This article is the first in our series of Biology Basics, which will explain how our cells work. Illustration and article by Abid Javed.
DNA is the genetic code for all the components that a cell requires to actively function. This includes the proteins that essentially direct how a cell and hence a tissue (as a collective mass of cells) function in our body.
The structure of DNA was first discovered by James D. Watson & Francis Crick (in collaboration with Dr. Rosalind Franklin) at the University of Cambridge, using X-Ray Crystallography to elucidate the double helix architecture of this molecule (1). DNA molecules are composed of four nucleic acids that are abbreviated to one letter: A (Adenine), T (Thymine), G (Guanine) and C (Cytosine). Due to their chemical composition, these bases specifically form hydrogen bond interactions with each other that essentially bring the double helix architecture of a DNA molecule in place. Within the DNA structure, A pairs only with T and G pairs with C. This binding specificity is due to the number hydrogen interactions each base can make (A-T pairs have two bonds and G-C pairs have three). It reflects their relative stability within the DNA structure— the A-T pair is less stable than G-T pair— and the collective strength of these hydrogen bonds keep the double helix structure stable. Although it is relatively prone to certain forms of damage, a DNA molecule can stay stable for hundreds of years, as evident by the recent discovery and sequencing DNA from a piece of woolly mammoth hair (2).
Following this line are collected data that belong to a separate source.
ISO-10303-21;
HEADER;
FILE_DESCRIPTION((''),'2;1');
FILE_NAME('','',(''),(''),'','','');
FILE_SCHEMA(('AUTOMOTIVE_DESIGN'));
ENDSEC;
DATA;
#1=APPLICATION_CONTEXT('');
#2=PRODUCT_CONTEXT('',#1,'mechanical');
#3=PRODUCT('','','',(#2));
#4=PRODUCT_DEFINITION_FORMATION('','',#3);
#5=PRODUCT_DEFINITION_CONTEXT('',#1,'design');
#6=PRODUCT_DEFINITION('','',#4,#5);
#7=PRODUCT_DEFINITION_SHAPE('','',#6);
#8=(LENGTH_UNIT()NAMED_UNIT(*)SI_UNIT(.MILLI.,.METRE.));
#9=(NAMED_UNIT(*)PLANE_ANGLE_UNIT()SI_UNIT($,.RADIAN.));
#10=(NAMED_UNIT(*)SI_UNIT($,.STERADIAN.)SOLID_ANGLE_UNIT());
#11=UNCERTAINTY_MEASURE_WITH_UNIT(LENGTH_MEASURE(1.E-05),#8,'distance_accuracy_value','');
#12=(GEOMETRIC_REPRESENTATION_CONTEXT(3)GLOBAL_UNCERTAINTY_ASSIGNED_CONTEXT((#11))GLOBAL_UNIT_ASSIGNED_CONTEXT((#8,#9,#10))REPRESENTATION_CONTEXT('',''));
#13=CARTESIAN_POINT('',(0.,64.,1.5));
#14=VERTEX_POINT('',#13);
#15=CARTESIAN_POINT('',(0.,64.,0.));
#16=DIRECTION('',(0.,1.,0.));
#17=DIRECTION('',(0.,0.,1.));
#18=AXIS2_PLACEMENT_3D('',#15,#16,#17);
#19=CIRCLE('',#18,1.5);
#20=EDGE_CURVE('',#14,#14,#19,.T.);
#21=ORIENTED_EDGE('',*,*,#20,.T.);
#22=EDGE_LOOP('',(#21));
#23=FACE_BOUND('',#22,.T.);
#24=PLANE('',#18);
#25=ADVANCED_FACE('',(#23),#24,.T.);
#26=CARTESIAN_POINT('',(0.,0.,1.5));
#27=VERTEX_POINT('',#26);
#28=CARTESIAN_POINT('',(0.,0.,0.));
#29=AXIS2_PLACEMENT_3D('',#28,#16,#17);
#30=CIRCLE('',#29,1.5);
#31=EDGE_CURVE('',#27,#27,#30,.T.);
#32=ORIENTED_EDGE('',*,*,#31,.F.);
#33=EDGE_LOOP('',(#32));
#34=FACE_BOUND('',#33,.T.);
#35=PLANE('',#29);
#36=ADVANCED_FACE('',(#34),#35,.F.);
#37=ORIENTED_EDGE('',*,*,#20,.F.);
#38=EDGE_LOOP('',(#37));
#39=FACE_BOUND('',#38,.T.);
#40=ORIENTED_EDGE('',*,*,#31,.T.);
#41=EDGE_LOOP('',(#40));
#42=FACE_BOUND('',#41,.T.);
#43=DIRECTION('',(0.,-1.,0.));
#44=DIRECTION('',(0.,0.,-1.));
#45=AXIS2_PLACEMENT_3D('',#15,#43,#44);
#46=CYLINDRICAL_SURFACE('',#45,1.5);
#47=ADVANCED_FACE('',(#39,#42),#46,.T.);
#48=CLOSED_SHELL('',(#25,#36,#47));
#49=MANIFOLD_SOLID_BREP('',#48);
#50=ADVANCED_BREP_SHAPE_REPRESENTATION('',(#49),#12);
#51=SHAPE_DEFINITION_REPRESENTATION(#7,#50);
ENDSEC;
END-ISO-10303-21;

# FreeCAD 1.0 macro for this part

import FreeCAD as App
import Part
import Sketcher

V = App.Vector

doc = App.newDocument("Part")
body = doc.addObject("PartDesign::Body", "Body")

sketch1 = body.newObject("Sketcher::SketchObject", "Sketch")
sketch1.AttachmentSupport = (doc.getObject("XZ_Plane"), [""])
sketch1.MapMode = "FlatFace"
sketch1.addGeometry(Part.Circle(V(0, 0, 0), V(0, 0, 1), 1.5), False)
sketch1.addConstraint([
    Sketcher.Constraint("Coincident", 0, 3, -1, 1),
    Sketcher.Constraint("Diameter", 0, 3.0),
])
pad1 = body.newObject("PartDesign::Pad", "Pad")
pad1.Profile = sketch1
pad1.Length = 64
pad1.Reversed = True

doc.recompute()
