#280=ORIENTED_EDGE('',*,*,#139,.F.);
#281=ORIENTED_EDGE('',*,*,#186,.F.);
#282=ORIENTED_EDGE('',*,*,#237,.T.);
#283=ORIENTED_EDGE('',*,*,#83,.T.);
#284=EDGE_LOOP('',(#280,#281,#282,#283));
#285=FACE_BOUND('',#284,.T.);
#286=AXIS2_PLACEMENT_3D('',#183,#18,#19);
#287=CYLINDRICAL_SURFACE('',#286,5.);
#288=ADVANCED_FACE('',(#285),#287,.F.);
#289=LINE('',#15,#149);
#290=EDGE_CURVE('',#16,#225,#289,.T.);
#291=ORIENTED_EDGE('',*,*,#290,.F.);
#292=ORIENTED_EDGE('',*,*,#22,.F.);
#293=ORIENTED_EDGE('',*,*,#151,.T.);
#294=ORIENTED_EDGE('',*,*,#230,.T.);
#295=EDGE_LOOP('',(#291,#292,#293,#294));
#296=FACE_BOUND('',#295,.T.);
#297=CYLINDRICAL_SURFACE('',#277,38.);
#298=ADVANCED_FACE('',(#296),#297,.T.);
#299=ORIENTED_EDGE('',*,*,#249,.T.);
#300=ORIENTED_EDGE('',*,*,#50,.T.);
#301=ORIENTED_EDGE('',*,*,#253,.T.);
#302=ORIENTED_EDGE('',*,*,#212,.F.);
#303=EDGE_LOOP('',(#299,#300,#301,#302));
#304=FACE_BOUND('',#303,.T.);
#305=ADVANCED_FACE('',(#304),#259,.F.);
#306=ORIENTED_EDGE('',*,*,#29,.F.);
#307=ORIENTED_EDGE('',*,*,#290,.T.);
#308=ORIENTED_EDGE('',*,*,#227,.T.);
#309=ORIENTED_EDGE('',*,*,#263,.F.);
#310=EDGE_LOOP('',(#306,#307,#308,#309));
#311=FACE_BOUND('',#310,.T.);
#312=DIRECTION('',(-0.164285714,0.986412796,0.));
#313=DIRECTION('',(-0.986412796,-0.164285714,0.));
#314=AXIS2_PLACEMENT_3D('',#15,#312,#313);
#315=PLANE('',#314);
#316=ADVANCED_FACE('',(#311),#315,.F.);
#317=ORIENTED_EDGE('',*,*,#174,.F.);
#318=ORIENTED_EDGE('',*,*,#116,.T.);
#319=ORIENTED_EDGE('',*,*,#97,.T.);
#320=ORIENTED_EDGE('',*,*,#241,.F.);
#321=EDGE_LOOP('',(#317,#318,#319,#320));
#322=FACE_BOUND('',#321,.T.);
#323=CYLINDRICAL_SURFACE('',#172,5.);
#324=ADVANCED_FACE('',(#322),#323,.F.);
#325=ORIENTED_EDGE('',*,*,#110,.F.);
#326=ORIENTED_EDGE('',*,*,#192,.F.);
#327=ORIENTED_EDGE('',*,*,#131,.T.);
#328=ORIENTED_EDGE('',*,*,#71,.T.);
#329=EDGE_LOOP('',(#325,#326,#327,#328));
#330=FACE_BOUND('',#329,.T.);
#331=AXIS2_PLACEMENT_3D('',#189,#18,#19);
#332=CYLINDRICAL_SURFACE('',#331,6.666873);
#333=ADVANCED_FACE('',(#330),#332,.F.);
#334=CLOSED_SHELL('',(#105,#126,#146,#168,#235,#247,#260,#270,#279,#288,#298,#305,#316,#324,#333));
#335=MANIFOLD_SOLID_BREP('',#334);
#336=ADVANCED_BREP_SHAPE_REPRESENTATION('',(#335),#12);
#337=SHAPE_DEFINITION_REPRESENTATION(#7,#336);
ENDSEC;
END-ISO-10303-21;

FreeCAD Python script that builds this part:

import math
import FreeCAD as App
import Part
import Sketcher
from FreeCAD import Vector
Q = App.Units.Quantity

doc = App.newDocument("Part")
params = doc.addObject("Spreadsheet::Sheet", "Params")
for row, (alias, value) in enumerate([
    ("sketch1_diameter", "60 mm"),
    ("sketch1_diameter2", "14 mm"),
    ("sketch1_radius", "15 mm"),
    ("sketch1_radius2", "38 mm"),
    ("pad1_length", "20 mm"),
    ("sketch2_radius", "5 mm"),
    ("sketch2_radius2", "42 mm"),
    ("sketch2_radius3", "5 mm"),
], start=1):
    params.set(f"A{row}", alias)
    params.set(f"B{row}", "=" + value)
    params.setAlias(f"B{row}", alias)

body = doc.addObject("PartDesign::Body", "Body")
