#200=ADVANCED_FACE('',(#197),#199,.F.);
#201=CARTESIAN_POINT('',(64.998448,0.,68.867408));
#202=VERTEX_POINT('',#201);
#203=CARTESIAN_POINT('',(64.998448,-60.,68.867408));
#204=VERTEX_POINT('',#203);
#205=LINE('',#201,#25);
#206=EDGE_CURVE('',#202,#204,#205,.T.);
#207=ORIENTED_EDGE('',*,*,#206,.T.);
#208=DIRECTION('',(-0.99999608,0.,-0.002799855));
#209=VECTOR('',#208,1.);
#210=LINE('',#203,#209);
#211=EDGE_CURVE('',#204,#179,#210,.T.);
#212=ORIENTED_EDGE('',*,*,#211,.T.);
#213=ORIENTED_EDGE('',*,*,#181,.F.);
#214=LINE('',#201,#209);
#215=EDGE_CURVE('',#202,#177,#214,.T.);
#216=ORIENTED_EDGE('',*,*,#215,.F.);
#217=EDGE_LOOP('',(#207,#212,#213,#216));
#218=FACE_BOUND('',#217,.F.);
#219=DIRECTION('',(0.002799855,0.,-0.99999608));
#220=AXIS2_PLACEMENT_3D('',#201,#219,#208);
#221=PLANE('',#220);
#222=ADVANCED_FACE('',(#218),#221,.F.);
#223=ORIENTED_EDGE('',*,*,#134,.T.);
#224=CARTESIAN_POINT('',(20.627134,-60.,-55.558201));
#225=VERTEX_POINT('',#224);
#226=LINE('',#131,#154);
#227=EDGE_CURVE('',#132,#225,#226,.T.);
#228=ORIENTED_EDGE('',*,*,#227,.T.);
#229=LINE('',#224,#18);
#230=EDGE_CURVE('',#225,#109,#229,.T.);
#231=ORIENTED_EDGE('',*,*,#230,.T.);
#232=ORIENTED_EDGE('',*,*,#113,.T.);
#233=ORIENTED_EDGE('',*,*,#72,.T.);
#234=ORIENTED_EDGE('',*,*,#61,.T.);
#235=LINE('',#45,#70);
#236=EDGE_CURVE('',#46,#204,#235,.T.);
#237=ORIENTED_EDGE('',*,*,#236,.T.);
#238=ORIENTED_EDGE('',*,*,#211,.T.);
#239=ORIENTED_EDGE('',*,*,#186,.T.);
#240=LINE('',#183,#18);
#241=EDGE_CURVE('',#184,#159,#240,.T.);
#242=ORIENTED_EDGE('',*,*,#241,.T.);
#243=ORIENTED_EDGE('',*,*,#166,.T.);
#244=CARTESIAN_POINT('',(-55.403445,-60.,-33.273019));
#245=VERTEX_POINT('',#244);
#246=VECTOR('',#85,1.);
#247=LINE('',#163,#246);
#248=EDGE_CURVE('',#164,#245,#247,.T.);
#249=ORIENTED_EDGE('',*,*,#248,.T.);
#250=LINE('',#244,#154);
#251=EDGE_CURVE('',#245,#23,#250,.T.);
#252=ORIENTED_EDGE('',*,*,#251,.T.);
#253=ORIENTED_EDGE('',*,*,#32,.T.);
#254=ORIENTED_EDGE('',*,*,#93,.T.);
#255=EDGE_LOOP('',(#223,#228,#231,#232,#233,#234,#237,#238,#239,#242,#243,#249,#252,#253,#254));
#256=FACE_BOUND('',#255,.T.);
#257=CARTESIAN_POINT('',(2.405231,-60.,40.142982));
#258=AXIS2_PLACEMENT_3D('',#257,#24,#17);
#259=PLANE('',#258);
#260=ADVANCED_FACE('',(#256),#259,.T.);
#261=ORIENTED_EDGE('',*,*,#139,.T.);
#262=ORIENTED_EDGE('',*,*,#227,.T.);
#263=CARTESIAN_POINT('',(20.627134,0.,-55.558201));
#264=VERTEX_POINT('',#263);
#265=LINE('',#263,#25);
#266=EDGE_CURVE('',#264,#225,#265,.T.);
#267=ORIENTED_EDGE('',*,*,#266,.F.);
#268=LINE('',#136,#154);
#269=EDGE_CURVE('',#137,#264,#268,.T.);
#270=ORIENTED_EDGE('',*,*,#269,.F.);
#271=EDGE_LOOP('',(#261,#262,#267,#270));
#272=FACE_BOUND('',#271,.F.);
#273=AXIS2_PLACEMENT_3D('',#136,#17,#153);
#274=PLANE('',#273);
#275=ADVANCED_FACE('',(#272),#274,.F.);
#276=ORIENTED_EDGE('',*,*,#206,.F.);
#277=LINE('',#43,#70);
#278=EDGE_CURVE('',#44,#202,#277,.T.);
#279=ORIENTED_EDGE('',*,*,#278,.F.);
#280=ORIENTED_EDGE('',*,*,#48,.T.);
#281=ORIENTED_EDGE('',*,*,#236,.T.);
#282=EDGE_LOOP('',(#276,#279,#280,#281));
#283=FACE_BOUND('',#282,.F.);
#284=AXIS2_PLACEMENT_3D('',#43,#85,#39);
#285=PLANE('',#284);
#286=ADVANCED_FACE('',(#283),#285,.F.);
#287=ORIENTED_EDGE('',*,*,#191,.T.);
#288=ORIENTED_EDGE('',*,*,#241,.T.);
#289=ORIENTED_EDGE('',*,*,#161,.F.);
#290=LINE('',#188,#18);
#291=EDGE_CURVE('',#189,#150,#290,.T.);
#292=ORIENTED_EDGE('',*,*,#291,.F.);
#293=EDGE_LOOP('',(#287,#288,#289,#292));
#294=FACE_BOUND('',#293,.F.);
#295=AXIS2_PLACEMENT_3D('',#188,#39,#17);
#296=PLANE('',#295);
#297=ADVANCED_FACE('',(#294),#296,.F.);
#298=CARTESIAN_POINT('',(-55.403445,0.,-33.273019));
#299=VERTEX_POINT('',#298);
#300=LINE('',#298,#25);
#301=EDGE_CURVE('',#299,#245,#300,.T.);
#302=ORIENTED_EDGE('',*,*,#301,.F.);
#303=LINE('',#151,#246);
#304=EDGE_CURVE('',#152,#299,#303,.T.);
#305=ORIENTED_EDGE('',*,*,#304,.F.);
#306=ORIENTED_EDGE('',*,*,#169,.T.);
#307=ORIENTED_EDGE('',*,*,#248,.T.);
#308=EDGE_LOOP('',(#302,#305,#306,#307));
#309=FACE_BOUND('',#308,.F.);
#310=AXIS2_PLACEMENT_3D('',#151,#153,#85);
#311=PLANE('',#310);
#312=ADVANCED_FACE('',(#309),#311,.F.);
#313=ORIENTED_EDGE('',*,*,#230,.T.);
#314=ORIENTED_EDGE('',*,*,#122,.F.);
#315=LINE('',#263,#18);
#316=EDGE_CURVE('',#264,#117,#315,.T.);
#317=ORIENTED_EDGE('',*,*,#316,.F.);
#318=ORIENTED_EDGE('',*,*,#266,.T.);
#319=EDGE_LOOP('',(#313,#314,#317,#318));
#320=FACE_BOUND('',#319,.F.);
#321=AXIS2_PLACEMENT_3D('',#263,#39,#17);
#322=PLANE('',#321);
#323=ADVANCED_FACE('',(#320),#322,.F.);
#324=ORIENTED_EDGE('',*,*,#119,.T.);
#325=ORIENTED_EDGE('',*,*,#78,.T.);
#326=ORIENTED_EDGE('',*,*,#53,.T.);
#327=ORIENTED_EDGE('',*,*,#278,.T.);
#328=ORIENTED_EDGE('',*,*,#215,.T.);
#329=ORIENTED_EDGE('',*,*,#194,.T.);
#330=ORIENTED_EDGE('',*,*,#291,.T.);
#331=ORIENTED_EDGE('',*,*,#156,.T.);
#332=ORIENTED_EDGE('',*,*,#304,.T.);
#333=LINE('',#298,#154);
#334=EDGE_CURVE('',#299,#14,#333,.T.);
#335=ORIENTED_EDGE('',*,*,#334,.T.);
The nucleus of every cell in your body contains a full copy of your entire DNA code which comprises 3 billion base pairs and would measure approximately 3 metres if laid out. Due to the length of a single DNA strand, how can a DNA molecule fit within the tiny nucleus compartment? Well, this is made possible by the DNA molecules binding to DNA-packing proteins called histones that wrap the DNA strands like a thread on a spool. These histone-bound DNA strands are packaged as chromosomes in the nucleus. During transcription and synthesis of messenger RNA (mRNA) from DNA, the histone-bound DNA is unwrapped and the double helix strands separate to allow the RNA polymerase and transcription machinery to bind to the target gene and synthesise RNA.
A gene is sequence in the DNA that is essentially the code for a particular protein to be synthesized via mRNA. Each gene comprises regions that encode for the protein itself, called exons, interspersed with non-protein encoding regions called introns, that are believed to have a regulatory role during gene transcription. Introns are ‘spliced out’ by the spliceosome machinery when DNA is translated into mRNA. Different combinations of the gene exons can be used to form mRNA. These are called splice forms, and allow proteins with different functions to be encoded by the same genetic sequence.
DNA is divided into protein coding genes and non protein coding regions, which are becoming increasingly recognised as important. Only 2% of DNA is made into protein products, therefore the rest has previously been thought to be‘junk’ DNA. Data from the recent ENCODE project has shown that in fact 80% of our genome is metabolically active, and that a lot of this ‘junk’ DNA actually forms part of a key regulatory component in maintaining the cellular and physiological functions of the protein coding DNA (3).
DNA molecules have specific structural features that allow interaction with proteins. In particular, proteins, such as transcription factors (proteins that activate a gene), can bind DNA where the chemical groups on the nucleotide bases are exposed. A liver cell is different from a skin cell because different genes are activated in each cell type.